DBTs act as strong incentives for low income households to continually engage with their bank accounts. One of the most popular form of DBTs accessed is through MGNREGA. As mentioned in the report, greater the scale of the scheme in an area, the likelihood for people to engage with formal banking increased by 32%.

Moreover, workers employed under MGNREGA were 75% more likely to opt for a PMJDY account. Having used such an account to receive payments, the same workers were 39% more likely to opt for a savings account.

This is a clear shift in preferences enabled due to the role played by this DBT instrument to incentivise the use of bank accounts beyond just regular transactions. In this example, DBTs tied together the livelihood and transactional requirements of low income segments to significantly effect change in behaviour.

Just accessing DBTs cannot ensure sustained bank account usage. These accounts have to strive to become the single most important point of engagement for better financial management, which means access to a wider suite of products like insurance.

While the gender gap in bank account usage is about the same in your rural (72% men, 62% women) and urban (61% men, 52% women) samples, rural usage is higher for both men and women. Why?

One of the reasons is definitely the penetration of MGNREGA in rural areas that has seen greater use of bank accounts. In rural areas, there are other entitlement programmes like fertiliser payments that are increasingly brought under DBT. Emphasis on agricultural credit under priority sector lending for the last couple of decades also means that those involved in farming depend on bank relationships.
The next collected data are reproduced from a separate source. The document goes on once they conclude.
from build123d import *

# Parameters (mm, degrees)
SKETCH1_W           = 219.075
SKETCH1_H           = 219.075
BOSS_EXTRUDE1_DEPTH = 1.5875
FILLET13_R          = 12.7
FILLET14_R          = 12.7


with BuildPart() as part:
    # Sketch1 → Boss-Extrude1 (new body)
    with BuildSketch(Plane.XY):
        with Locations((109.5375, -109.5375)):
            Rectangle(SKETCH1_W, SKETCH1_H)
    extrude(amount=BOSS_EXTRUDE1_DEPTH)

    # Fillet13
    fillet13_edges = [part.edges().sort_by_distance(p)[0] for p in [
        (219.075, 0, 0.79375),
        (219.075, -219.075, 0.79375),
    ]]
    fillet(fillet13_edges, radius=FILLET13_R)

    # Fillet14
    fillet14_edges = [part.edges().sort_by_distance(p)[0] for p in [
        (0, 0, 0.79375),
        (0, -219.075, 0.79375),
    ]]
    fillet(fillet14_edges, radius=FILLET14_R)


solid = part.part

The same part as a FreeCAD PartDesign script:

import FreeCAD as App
import Part
import Sketcher
Q = App.Units.Quantity


def edges_at(feature, points):
    """Names of the edges that pass closest to the given points."""
    edges = feature.Shape.Edges
    near = lambda p: min(range(len(edges)), key=lambda i: edges[i].distToShape(Part.Vertex(*p))[0])
    return sorted({f"Edge{near(p) + 1}" for p in points})


def add_polygon(sketch, points):
    """Adds a closed chain of lines whose ends are joined by coincident constraints."""
    first, n = sketch.GeometryCount, len(points)
    for a, b in zip(points, points[1:] + points[:1]):
        sketch.addGeometry(Part.LineSegment(App.Vector(*a, 0), App.Vector(*b, 0)), False)
    for i in range(n):
        sketch.addConstraint(Sketcher.Constraint("Coincident", first + i, 2, first + (i + 1) % n, 1))

doc = App.newDocument("Part")
body = doc.addObject("PartDesign::Body", "Body")

sketch1 = doc.addObject("Sketcher::SketchObject", "Sketch")
body.addObject(sketch1)
sketch1.AttachmentSupport = (doc.XY_Plane, [""])
sketch1.MapMode = "FlatFace"
add_polygon(sketch1, [(0, 0), (0, -219), (219, -219), (219, 0)])
sketch1.addConstraint(Sketcher.Constraint("Vertical", 0))
sketch1.addConstraint(Sketcher.Constraint("Horizontal", 1))
sketch1.addConstraint(Sketcher.Constraint("Vertical", 2))
sketch1.addConstraint(Sketcher.Constraint("Horizontal", 3))
sketch1.addConstraint(Sketcher.Constraint("Coincident", 3, 2, -1, 1))
sketch1.addConstraint(Sketcher.Constraint("Equal", 3, 0))
sketch1.addConstraint(Sketcher.Constraint("DistanceX", 1, 1, 1, 2, Q("8.625 in")))
pad1 = doc.addObject("PartDesign::Pad", "Pad")
body.addObject(pad1)
pad1.Profile = sketch1
pad1.Length = Q("0.0625 in")
doc.recompute()

fillet = doc.addObject("PartDesign::Fillet", "Fillet")
body.addObject(fillet)
fillet.Base = (pad1, edges_at(pad1, [(219.075, 0, 0.794), (219.075, -219.075, 0.794)]))
fillet.Radius = Q("0.5 in")
doc.recompute()

fillet2 = doc.addObject("PartDesign::Fillet", "Fillet001")
body.addObject(fillet2)
fillet2.Base = (fillet, edges_at(fillet, [(0, 0, 0.794), (0, -219.075, 0.794)]))
fillet2.Radius = Q("0.5 in")

doc.recompute()
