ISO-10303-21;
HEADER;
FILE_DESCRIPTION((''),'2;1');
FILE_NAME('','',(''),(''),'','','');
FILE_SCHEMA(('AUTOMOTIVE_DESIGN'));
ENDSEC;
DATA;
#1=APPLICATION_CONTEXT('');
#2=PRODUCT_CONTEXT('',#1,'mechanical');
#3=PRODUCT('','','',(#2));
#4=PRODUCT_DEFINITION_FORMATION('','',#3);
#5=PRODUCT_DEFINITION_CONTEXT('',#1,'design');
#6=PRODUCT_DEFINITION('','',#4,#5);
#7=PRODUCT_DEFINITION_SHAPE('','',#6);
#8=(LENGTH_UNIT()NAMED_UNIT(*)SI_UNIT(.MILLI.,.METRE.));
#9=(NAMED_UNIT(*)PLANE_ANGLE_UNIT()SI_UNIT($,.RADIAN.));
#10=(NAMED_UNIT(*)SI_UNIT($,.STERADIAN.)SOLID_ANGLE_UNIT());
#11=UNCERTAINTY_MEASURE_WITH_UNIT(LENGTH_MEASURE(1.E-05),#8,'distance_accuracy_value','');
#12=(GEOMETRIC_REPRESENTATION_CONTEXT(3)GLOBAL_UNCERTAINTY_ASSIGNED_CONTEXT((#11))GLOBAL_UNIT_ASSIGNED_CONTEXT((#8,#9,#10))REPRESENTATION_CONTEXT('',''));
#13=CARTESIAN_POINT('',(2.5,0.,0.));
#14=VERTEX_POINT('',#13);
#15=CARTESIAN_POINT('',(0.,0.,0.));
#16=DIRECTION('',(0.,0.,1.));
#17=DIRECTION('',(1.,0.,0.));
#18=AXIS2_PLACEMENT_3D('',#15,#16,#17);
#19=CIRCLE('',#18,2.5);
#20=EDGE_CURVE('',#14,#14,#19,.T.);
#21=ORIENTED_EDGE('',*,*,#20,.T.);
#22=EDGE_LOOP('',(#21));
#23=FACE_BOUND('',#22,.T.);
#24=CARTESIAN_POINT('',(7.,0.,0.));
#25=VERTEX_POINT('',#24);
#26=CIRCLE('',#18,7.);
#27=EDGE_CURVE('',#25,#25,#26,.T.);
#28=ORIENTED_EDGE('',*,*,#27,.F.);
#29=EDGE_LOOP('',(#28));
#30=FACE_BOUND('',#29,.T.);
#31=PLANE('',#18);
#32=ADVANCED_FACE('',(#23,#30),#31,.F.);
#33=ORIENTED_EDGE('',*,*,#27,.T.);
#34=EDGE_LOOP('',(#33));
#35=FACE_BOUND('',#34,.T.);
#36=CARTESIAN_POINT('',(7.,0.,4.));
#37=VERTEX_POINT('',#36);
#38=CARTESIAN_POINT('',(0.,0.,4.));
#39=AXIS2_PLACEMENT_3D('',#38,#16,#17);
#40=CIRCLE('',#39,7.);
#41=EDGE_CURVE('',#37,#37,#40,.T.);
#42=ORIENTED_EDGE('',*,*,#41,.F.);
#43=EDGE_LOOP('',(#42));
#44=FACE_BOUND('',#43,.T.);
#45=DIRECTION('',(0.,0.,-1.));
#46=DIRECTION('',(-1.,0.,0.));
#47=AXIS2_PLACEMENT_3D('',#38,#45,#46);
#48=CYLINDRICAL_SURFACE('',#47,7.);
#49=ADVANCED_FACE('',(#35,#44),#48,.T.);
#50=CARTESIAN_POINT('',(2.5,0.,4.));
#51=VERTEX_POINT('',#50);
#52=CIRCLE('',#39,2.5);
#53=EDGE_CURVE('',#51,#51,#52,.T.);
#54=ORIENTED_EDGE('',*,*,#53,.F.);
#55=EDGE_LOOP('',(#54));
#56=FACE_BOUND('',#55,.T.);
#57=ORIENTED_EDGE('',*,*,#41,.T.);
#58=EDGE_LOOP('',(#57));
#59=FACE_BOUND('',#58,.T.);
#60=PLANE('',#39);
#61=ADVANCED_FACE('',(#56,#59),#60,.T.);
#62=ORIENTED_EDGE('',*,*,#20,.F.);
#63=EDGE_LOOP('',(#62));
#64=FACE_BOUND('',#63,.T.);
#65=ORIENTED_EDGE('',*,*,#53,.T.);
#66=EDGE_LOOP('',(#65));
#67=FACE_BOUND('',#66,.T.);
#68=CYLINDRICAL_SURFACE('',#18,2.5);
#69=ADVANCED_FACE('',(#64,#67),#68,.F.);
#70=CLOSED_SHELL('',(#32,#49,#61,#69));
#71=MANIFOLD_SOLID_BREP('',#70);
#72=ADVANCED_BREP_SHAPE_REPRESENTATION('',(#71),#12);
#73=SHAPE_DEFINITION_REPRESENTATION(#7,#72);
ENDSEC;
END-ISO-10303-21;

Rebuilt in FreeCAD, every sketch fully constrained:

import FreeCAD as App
import Part
import Sketcher
from FreeCAD import Vector
Q = App.Units.Quantity

doc = App.newDocument("Part")
params = doc.addObject("Spreadsheet::Sheet", "Params")
for row, (alias, value) in enumerate([
    ("sketch1_diameter", "14 mm"),
    ("pad1_length", "4 mm"),
    ("sketch2_diameter", "5 mm"),
    ("pocket1_length", "4 mm"),
], start=1):
    params.set(f"A{row}", alias)
    params.set(f"B{row}", "=" + value)
    params.setAlias(f"B{row}", alias)

body = doc.addObject("PartDesign::Body", "Body")

# Sketch on XY plane
sketch1 = doc.addObject("Sketcher::SketchObject", "Sketch")
body.addObject(sketch1)
sketch1.AttachmentSupport = (doc.XY_Plane, [""])
sketch1.MapMode = "FlatFace"
sketch1.addGeometry(Part.Circle(Vector(0, 0, 0), Vector(0, 0, 1), 7), False)
sketch1.addConstraint(Sketcher.Constraint("Coincident", 0, 3, -1, 1))
sketch1.addConstraint(Sketcher.Constraint("Diameter", 0, Q("14 mm")))
sketch1.setExpression("Constraints[1]", "Params.sketch1_diameter")
pad1 = doc.addObject("PartDesign::Pad", "Pad")
body.addObject(pad1)
pad1.Profile = sketch1
pad1.setExpression("Length", "Params.pad1_length")

# Sketch on XY plane
sketch2 = doc.addObject("Sketcher::SketchObject", "Sketch001")
body.addObject(sketch2)
sketch2.AttachmentSupport = (doc.XY_Plane, [""])
sketch2.MapMode = "FlatFace"
sketch2.AttachmentOffset = App.Placement(Vector(0, 0, 4), App.Rotation())
sketch2.addGeometry(Part.Circle(Vector(0, 0, 0), Vector(0, 0, 1), 2.5), False)
sketch2.addConstraint(Sketcher.Constraint("Coincident", 0, 3, -1, 1))
sketch2.addConstraint(Sketcher.Constraint("Diameter", 0, Q("5 mm")))
sketch2.setExpression("Constraints[1]", "Params.sketch2_diameter")
pocket1 = doc.addObject("PartDesign::Pocket", "Pocket")
body.addObject(pocket1)
pocket1.Profile = sketch2
pocket1.setExpression("Length", "Params.pocket1_length")

doc.recompute()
The problem in urban areas is that due to a large migrant population, some of which is also seasonal migration, the urban poor remain left out of a lot of entitlement and benefit programmes. Problems like not having a fixed address when one lives in slums and shanties around construction sites or in encroached/unauthorised colonies could also affect one’s ability to receive entitlements and have a cascading effect on the propensity to use bank accounts.

This result can possibly also be explained by the fact that the data were collected around the time when some focused interventions with rural populations on bank account usages through PMJDY camps were being undertaken. Owing to the novelty factor, the marginal utility of the usage of bank accounts in the rural area was high. Further studies and research need to be undertaken to substantiate this point.